*** Opening of Data under study ***
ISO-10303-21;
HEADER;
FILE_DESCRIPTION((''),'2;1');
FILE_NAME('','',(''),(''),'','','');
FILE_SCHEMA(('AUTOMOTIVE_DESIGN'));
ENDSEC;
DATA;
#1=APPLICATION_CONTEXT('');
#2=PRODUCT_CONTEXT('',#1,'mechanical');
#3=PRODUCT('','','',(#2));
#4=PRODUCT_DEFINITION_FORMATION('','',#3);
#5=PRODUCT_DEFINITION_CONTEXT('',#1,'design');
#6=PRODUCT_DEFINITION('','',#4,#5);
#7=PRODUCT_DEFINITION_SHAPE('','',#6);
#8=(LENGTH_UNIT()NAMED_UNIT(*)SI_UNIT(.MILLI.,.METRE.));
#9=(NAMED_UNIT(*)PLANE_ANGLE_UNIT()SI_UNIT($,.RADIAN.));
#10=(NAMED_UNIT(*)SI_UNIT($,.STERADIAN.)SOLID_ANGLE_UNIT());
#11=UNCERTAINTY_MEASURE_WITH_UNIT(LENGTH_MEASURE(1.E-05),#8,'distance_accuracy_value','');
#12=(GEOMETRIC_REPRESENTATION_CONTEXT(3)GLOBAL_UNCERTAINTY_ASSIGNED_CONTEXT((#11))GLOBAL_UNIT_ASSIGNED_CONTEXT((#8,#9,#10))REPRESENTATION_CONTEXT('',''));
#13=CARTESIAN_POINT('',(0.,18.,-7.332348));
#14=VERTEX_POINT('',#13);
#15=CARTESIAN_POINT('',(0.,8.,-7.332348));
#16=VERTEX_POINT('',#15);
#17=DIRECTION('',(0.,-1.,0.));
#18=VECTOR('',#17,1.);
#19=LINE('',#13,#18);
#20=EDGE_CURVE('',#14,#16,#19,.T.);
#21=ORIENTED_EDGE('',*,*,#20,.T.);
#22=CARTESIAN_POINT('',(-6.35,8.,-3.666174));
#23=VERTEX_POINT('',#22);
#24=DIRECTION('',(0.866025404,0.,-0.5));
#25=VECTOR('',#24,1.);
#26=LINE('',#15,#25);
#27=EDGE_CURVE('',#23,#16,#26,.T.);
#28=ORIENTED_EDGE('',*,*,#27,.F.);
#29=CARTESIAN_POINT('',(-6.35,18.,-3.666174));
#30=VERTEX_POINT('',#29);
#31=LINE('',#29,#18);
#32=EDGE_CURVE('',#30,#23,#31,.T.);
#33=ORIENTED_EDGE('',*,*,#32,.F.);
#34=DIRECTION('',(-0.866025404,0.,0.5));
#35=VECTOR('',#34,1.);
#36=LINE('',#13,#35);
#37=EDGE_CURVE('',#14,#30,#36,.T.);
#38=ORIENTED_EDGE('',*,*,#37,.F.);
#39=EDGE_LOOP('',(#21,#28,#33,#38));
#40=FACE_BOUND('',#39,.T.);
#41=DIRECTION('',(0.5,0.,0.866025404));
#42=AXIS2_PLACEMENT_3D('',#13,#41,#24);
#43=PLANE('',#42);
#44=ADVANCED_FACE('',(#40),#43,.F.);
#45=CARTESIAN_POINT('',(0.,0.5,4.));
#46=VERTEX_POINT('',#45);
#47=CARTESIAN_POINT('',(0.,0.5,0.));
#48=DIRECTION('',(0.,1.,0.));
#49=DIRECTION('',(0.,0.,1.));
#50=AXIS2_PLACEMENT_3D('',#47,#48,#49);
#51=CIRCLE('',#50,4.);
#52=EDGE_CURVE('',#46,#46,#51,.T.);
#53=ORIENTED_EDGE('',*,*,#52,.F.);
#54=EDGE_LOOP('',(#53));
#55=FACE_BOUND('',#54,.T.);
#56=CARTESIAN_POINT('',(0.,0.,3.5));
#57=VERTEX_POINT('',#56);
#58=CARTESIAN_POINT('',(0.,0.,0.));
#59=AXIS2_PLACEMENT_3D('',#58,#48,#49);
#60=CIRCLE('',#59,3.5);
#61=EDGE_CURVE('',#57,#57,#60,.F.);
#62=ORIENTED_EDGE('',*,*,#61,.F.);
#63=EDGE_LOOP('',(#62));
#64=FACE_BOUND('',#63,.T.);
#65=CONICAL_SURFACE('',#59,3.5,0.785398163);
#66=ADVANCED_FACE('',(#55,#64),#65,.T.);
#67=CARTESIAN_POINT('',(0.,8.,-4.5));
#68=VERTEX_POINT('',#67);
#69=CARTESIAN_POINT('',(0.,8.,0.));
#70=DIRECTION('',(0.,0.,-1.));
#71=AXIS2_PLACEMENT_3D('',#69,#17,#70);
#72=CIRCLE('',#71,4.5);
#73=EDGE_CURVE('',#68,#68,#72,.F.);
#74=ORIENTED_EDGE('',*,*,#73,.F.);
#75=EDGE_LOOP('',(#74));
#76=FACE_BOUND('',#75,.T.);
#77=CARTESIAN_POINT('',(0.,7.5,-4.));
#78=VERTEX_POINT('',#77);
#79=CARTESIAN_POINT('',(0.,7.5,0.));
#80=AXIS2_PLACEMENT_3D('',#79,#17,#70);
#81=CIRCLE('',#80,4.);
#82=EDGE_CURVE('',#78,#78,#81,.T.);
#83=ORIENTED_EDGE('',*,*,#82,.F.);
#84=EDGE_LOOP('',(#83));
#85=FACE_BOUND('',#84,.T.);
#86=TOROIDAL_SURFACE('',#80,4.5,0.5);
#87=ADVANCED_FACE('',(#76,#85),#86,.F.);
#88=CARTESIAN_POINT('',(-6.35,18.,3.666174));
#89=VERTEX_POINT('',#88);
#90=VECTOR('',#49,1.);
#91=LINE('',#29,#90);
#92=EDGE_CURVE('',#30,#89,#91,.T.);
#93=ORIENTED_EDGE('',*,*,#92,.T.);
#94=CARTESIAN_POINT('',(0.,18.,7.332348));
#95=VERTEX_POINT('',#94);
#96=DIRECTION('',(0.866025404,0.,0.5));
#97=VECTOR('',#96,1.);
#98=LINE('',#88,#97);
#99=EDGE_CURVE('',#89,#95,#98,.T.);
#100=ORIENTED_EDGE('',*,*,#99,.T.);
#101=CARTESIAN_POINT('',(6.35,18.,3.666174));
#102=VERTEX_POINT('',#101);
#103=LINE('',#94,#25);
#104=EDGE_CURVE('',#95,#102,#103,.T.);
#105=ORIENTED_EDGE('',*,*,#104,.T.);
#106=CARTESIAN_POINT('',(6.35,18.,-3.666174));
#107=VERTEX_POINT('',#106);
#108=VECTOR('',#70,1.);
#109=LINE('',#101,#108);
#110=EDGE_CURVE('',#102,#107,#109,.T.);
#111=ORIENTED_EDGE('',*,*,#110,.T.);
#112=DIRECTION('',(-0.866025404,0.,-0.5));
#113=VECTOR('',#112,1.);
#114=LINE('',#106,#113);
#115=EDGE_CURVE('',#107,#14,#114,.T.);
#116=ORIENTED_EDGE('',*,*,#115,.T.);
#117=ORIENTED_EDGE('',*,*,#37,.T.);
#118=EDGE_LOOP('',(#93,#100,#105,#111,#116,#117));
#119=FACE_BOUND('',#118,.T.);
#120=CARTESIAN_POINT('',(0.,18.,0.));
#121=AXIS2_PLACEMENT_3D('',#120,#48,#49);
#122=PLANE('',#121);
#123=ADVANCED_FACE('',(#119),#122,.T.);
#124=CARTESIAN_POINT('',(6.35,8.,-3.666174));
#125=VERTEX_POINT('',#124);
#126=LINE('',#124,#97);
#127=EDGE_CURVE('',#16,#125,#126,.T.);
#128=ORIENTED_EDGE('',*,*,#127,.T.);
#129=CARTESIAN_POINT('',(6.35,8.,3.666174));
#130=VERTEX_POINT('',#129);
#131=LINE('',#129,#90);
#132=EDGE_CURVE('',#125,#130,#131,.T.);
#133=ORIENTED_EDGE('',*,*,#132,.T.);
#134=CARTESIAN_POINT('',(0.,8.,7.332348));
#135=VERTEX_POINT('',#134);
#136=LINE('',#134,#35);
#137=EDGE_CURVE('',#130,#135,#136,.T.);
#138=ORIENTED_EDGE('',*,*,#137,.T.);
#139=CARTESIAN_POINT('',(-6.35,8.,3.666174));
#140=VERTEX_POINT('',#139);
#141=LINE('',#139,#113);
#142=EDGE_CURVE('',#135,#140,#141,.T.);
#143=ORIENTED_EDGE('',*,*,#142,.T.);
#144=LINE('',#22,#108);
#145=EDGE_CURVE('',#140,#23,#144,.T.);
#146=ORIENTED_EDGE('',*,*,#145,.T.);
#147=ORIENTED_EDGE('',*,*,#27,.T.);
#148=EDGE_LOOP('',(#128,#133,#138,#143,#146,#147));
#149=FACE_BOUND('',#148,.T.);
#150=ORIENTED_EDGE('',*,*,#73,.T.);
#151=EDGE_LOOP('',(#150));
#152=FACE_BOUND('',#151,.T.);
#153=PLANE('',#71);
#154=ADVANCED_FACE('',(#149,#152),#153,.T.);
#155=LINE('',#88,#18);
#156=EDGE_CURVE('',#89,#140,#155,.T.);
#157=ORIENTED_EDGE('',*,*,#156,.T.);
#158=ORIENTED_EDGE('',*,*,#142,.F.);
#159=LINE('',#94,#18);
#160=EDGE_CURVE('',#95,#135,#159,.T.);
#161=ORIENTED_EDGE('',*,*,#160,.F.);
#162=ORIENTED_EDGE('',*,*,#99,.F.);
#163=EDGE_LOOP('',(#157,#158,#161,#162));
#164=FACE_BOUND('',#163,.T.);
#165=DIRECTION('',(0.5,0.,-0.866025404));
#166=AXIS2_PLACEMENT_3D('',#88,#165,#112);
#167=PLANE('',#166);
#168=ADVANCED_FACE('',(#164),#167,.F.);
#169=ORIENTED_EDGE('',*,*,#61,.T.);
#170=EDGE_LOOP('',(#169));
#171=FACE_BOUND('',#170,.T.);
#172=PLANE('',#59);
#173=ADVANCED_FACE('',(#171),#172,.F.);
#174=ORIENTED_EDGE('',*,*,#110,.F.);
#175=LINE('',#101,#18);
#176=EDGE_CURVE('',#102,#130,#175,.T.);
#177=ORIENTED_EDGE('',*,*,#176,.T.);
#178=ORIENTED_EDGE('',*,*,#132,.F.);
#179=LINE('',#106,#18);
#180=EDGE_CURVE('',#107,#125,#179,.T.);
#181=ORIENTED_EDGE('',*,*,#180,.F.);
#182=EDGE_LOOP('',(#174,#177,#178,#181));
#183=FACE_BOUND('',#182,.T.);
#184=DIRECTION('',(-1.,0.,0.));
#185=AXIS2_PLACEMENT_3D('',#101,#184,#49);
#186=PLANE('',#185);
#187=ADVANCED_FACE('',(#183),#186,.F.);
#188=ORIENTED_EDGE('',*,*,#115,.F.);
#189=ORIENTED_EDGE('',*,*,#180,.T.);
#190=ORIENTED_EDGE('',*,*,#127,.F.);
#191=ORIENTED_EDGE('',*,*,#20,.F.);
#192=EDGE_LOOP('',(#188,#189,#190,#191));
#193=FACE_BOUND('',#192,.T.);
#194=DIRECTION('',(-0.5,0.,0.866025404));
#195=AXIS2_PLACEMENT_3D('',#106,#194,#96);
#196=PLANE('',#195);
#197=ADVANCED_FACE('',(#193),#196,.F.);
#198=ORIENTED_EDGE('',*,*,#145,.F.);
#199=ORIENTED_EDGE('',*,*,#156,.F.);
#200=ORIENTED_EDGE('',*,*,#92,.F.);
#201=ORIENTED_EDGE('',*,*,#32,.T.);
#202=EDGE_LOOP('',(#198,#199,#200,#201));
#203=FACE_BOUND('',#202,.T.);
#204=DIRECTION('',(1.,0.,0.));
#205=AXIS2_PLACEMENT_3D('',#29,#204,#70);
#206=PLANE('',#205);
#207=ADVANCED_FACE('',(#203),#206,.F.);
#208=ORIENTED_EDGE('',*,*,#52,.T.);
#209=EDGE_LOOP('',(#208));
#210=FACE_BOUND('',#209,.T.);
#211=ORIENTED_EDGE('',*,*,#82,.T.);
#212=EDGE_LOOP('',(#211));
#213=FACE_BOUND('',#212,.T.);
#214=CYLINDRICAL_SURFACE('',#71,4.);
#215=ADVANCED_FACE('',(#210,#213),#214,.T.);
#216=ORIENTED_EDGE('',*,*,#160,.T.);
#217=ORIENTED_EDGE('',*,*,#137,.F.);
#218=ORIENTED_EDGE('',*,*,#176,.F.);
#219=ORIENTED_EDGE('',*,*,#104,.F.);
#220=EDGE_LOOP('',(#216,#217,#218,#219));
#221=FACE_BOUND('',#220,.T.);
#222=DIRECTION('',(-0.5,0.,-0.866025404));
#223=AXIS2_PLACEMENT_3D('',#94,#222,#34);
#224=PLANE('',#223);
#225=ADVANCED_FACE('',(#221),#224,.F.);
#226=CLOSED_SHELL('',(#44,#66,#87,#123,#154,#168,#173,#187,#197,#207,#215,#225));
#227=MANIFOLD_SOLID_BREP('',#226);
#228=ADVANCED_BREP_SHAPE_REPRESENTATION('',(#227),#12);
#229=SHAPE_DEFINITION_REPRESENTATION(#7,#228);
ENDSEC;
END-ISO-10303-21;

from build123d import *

# Parameters (mm, degrees)
BOSS_EXTRUDE1_DEPTH = 18
SKETCH2_R           = 11.041955005
SKETCH2_R_2         = 4
CUT_EXTRUDE1_DEPTH  = 8
CHAMFER1_SIZE       = 0.5
FILLET1_R           = 0.5


with BuildPart() as part:
    # Sketch1 → Boss-Extrude1 (new body)
    with BuildSketch(Plane(origin=(0, 0, 0), x_dir=(1, 0, 0), z_dir=(0, 1, 0))):
        Polygon((6.35, 3.666174209), (0, 7.332348419), (-6.35, 3.666174209), (-6.35, -3.666174209), (0, -7.332348419), (6.35, -3.666174209), align=None)
    extrude(amount=BOSS_EXTRUDE1_DEPTH)

    # Sketch2 → Cut-Extrude1 (cut)
    with BuildSketch(Plane.XZ):
        Circle(SKETCH2_R)
        with Locations(Location((0, 0, 0), (0, 0, 270))):
            Circle(SKETCH2_R_2, mode=Mode.SUBTRACT)
    extrude(amount=-CUT_EXTRUDE1_DEPTH, mode=Mode.SUBTRACT)

    # Chamfer1
    chamfer1_edges = [part.edges().sort_by_distance(p)[0] for p in [
        (0, 0, 4),
    ]]
    chamfer(chamfer1_edges, length=CHAMFER1_SIZE)

    # Fillet1
    fillet1_edges = [part.edges().sort_by_distance(p)[0] for p in [
        (0, 8, 4),
    ]]
    fillet(fillet1_edges, radius=FILLET1_R)


solid = part.part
*** Close of Data under study ***
* Description of the task *
The reply should consist solely of the lines above from the one that has "#225=ADVANCED_FACE('',(#221),#224,.F.);" through the one that has "END-ISO-10303-21;", reproduced exactly.

* Exercise solution *
#225=ADVANCED_FACE('',(#221),#224,.F.);
#226=CLOSED_SHELL('',(#44,#66,#87,#123,#154,#168,#173,#187,#197,#207,#215,#225));
#227=MANIFOLD_SOLID_BREP('',#226);
#228=ADVANCED_BREP_SHAPE_REPRESENTATION('',(#227),#12);
#229=SHAPE_DEFINITION_REPRESENTATION(#7,#228);
ENDSEC;
END-ISO-10303-21;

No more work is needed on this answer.